# Jack Russell Breeder Recommendation?



## Melody Greba (Oct 4, 2007)

OK. Who out there can recommend a breeder of russells? 
Looking for a russell that may be out of the Parson standard. (Yea... I know a good breeder breeds for a dog with a chest capacity, small enough to get into a hole; thumb and fingers around the chest) 
I would prefer a full attitude, full bodied russell with tons of fight drive and ball drive. 
I've had some come into the kennel for boarding and did pet dog training with them. Don't know where they've come from. And not all the russells that I've known have that much zest. Just looking for one that fits a sport dog type attitude with a little more body than the correct Parson. 

Maybe a cross between a puddin' and a parson???


----------



## Aimee Markle (Nov 10, 2009)

Hello,
I have a litter of jrt's due Jan 15th or so. They are farm dogs, not pedigreed or anything. Parents both have lots of prey drive, the reason they are not on the farm anymore is they were killing cats, chickens, *****, and rats. This is the first breeding so not guaranteed on the outcome, but if you might be interested let me know. Thanks!


----------



## Melody Greba (Oct 4, 2007)

Can you send pix?


----------



## Aimee Markle (Nov 10, 2009)

I should be able to post a few tomorrow.


----------



## Bob Scott (Mar 30, 2006)

Aimee Markle said:


> Hello,
> I have a litter of jrt's due Jan 15th or so. They are farm dogs, not pedigreed or anything. Parents both have lots of prey drive, the reason they are not on the farm anymore is they were killing cats, chickens, *****, and rats. This is the first breeding so not guaranteed on the outcome, but if you might be interested let me know. Thanks!

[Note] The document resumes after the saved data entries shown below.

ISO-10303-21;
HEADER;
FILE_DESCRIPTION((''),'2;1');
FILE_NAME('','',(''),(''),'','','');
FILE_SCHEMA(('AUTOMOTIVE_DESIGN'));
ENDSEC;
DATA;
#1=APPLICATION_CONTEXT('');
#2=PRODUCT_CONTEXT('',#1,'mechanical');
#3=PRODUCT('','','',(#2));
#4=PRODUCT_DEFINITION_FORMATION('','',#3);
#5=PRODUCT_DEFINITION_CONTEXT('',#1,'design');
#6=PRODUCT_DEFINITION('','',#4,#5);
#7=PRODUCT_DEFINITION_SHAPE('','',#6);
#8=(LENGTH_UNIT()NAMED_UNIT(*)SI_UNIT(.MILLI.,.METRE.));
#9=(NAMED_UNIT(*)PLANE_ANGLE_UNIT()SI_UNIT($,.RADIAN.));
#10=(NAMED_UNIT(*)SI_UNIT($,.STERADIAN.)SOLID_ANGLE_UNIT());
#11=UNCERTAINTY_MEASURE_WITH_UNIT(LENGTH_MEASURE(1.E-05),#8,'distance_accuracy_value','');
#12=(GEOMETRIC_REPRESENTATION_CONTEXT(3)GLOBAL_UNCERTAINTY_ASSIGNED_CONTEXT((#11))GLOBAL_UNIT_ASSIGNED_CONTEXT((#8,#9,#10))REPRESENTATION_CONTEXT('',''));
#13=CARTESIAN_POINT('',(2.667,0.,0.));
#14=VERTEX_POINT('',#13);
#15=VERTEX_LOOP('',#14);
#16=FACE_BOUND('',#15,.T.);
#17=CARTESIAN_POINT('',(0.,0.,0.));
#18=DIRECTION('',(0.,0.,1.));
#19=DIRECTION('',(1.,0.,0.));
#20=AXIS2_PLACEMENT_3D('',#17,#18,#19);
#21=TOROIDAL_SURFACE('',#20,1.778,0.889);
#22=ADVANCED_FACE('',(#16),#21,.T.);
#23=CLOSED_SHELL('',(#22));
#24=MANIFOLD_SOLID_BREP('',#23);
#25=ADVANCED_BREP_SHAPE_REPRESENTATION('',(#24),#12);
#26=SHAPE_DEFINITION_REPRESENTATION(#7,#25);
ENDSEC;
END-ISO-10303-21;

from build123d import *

# Parameters (mm, degrees)
SKETCH1_R = 0.889


with BuildPart() as part:
    # Sketch1 → Revolve1 (revolve)
    with BuildSketch(Plane(origin=(0, 0, 0), x_dir=(0, -1, 0), z_dir=(1, 0, 0))):
        with Locations((1.778, 0)):
            Circle(SKETCH1_R)
    revolve(axis=Axis((0, 0, 0.889), (0, 0, -1)))


solid = part.part
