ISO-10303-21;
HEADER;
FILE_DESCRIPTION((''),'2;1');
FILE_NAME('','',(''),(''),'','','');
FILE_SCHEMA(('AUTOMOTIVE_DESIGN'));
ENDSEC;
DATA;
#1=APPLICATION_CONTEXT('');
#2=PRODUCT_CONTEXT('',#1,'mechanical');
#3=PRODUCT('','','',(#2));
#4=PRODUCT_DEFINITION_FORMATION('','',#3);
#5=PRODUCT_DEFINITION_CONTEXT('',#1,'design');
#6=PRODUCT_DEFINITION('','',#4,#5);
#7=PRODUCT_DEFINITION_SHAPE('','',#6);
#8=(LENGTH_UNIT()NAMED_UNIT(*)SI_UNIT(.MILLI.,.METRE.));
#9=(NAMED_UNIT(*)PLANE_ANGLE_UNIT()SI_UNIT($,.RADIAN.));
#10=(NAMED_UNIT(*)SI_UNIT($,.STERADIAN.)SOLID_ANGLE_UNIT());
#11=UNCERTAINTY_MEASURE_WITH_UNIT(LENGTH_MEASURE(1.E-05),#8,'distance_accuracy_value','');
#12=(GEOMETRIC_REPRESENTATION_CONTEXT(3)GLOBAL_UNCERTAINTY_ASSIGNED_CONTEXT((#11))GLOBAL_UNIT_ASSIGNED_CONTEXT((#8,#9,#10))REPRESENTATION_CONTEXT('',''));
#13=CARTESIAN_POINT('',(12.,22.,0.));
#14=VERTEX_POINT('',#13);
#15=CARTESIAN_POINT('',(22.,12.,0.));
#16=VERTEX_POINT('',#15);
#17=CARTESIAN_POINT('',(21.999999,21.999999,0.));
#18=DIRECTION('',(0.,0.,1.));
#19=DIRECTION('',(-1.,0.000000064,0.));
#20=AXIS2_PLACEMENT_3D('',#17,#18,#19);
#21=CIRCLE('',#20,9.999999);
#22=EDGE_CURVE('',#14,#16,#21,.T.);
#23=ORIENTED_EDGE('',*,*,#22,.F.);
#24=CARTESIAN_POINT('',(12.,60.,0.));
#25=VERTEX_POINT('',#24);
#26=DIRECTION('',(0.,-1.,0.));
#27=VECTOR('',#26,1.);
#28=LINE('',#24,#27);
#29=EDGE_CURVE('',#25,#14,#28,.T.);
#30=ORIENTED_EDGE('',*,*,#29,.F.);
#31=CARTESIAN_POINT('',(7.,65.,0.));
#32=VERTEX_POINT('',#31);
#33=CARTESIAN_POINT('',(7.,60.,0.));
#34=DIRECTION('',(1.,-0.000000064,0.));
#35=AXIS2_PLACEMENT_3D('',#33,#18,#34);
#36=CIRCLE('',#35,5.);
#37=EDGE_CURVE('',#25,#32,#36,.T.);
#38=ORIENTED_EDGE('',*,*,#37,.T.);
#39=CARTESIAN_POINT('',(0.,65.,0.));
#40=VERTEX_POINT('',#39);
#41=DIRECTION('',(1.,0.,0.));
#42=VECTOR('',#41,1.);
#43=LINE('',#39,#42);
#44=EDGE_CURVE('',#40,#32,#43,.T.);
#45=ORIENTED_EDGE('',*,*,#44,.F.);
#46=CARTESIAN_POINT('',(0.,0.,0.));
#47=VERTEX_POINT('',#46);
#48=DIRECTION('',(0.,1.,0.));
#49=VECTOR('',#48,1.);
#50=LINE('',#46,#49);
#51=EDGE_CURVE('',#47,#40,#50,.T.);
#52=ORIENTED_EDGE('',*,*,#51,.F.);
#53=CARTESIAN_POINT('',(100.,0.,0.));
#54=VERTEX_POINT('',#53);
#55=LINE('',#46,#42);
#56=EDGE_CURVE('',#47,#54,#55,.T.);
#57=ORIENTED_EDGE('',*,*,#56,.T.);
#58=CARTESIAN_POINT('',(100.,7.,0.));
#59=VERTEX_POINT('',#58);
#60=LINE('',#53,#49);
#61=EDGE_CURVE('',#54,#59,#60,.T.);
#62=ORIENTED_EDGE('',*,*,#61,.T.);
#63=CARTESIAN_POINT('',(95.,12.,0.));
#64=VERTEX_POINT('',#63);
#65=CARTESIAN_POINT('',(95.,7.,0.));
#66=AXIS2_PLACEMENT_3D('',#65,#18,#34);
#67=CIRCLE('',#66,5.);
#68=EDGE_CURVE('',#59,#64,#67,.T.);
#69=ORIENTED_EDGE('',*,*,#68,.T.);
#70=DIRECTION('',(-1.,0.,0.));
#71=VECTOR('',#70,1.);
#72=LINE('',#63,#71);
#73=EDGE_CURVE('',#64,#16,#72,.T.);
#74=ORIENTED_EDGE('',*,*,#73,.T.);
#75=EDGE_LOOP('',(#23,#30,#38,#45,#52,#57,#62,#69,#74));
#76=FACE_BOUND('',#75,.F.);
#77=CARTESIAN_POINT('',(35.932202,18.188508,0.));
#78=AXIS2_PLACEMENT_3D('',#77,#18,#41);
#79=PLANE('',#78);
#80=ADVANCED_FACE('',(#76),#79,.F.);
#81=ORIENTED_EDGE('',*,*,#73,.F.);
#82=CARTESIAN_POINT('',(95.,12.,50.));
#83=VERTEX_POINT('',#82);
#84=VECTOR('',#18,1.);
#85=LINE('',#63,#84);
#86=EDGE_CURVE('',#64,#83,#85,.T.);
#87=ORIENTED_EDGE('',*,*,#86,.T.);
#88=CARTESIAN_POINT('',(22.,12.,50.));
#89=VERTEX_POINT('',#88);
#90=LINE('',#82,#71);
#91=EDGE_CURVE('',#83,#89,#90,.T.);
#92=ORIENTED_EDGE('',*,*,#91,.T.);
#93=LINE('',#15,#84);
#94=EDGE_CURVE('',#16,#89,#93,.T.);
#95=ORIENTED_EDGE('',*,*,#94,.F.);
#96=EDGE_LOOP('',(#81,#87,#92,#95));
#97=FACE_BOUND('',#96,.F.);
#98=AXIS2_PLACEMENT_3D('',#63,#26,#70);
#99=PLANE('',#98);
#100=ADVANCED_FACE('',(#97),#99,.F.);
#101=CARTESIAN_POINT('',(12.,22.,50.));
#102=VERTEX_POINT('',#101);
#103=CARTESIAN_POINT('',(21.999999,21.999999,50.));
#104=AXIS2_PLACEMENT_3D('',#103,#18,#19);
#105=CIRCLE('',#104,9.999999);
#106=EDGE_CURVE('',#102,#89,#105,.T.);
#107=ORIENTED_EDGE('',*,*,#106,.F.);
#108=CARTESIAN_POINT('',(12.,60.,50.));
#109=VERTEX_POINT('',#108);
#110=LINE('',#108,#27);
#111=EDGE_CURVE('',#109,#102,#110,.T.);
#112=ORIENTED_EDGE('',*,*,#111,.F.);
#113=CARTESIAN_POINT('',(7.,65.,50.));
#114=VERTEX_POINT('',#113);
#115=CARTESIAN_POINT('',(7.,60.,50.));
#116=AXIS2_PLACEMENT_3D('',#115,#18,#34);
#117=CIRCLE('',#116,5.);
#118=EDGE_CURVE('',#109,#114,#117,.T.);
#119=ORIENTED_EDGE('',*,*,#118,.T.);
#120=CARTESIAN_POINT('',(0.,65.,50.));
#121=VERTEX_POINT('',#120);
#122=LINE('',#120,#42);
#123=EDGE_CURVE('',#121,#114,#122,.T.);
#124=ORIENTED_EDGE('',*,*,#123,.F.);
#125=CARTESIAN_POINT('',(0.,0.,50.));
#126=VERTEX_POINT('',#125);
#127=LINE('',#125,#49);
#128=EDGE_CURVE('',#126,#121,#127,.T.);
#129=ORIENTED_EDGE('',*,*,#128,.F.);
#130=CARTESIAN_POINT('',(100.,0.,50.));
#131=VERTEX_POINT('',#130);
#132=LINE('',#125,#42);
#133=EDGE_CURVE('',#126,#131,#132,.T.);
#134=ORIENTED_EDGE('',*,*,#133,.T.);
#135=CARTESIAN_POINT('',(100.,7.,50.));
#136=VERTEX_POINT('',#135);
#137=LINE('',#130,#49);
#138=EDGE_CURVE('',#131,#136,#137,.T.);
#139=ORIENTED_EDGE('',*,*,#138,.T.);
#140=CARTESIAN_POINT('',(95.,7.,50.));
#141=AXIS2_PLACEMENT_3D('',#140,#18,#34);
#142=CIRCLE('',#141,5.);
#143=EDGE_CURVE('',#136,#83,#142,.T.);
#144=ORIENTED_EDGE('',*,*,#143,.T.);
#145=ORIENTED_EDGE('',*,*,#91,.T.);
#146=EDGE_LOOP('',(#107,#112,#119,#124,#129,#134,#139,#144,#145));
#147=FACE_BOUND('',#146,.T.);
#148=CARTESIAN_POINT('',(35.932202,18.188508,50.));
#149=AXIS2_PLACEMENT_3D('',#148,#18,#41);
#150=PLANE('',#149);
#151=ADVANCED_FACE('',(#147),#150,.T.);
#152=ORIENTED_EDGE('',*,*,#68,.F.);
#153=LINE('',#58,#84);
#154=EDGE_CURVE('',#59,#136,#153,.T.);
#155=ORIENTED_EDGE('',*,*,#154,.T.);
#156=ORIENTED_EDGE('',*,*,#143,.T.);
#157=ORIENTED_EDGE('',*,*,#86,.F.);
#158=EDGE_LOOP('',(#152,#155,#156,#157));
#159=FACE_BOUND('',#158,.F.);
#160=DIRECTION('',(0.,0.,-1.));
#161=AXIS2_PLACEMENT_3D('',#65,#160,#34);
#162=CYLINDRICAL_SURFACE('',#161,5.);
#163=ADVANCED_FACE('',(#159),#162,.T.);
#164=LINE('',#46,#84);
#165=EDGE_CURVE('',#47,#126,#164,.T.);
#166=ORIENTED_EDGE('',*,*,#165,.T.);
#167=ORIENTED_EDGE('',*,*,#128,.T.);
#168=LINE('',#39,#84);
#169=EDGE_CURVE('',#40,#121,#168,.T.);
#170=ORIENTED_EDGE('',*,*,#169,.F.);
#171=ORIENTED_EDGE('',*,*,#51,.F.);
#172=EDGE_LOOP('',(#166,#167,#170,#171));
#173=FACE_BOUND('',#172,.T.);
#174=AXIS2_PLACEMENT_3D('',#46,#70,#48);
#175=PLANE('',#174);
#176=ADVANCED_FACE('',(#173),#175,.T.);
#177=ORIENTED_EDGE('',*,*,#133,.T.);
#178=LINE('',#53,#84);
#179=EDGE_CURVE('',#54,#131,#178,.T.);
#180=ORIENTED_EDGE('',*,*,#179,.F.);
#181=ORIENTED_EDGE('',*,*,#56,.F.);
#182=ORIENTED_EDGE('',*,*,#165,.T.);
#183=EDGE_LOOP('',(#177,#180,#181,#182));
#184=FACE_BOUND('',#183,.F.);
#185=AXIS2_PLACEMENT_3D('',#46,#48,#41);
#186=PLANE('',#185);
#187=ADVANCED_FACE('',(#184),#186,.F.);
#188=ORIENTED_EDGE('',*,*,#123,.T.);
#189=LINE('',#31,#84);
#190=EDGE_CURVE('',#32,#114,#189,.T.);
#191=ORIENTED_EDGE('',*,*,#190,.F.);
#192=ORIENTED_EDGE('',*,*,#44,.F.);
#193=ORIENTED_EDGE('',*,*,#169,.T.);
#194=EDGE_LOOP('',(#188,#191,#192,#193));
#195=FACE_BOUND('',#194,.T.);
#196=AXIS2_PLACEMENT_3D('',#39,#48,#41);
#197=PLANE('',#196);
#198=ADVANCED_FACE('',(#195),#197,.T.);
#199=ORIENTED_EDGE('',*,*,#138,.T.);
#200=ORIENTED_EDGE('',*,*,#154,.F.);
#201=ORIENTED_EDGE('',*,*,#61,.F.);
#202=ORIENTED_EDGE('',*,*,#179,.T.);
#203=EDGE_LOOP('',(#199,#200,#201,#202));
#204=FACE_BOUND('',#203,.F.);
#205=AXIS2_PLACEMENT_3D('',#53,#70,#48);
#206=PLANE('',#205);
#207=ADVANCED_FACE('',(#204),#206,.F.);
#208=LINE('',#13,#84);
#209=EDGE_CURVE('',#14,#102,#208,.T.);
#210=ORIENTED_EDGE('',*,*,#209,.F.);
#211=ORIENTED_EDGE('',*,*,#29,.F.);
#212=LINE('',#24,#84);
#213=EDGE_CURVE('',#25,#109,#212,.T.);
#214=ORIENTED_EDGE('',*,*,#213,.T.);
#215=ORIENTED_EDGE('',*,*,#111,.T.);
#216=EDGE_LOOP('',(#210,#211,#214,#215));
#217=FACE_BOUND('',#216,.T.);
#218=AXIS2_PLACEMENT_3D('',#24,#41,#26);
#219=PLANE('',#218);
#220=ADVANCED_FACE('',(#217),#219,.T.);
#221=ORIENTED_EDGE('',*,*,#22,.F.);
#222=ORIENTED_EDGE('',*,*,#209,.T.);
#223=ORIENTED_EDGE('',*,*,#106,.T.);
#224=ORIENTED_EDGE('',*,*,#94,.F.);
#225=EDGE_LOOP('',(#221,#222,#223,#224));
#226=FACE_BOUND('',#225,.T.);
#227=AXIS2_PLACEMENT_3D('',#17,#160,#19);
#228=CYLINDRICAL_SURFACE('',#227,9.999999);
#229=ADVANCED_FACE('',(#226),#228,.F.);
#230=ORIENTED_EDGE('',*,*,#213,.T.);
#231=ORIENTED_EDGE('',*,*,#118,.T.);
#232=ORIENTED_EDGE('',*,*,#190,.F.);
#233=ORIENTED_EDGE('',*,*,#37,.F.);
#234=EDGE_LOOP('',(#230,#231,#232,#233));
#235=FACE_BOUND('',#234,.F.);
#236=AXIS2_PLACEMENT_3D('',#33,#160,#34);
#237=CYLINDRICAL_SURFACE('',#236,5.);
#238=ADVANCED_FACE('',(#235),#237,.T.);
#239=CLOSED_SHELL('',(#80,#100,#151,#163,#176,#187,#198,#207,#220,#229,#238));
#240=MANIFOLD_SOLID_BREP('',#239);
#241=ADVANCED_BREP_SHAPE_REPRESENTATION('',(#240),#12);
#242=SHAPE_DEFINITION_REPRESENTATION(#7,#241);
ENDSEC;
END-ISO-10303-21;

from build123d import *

# Parameters (mm, degrees)
EXTRUDE_DEPTH = 50


with BuildPart() as part:
    # Sketch → Extrude (new body)
    with BuildSketch(Plane.XY):
        with BuildLine():
            Line((0, 0), (100, 0))
            Line((100, 0), (100, 7))
            ThreePointArc((100, 7), (98.535534, 10.535534), (95, 12))
            Line((95, 12), (22, 12))
            ThreePointArc((12, 22), (14.928932, 14.928932), (22, 12))
            Line((12, 60), (12, 22))
            ThreePointArc((12, 60), (10.535534, 63.535534), (7, 65))
            Line((0, 65), (7, 65))
            Line((0, 0), (0, 65))
        make_face()
    extrude(amount=EXTRUDE_DEPTH)


solid = part.part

Low riders (Puddin dogs) or long legged dogs?



Melody,
The Parson's dogs have only been registerd here since 95-96? and "some" of the folks still work their dogs.
One thing about a terrier is even in the show ring the judges want to see attitude and that helps preserves "some" of their instincts. They are all out of JRTCA bred dogs to begin with. 
IfAimee's dogs don't suit you contact the JRTCA. The sizes and type varies considerably. Depends on lines and what ther breeders want. AKC limits the size to 12-15 inches. JRTCA has two classes. 1o-12 inches and 12-15. BOTH sizes are long legged dogs.
Neither AKC nor the JRTCA recognize the low riders (Puddin dogs) but the UKC here does! Possible the CKC up North also. They aren't near as quick and flexible as the long legged dogs.
Personally if you can't span a JRT's chest it ain't worth having. :razz:;-)


----------



## Meghan Rabon (Feb 10, 2009)

My JRT came from Thimble Farm www.thimblefarm.com
He is awesome although at 13" he's right in the middle of the standard.
His breeder isn't doing JRT's anymore but she may be able to point you in the right direction. There is also Northgate - http://northgateterriers.com/
Their site is down but contact info is here - http://www.jrtcabreeders.com/Breeders/Northgate/northgate.htm

They have really nice dogs and have a HUGE trial twice a year at their farm.


----------



## Melody Greba (Oct 4, 2007)

Bob:

I've known some Parson breeders who hunt their dogs. One of our boarding customers holds a national club position with the JRTCA. She originally had a couple of puddin's and the rest were Parsons and hunted them all. She does breed Parsons. 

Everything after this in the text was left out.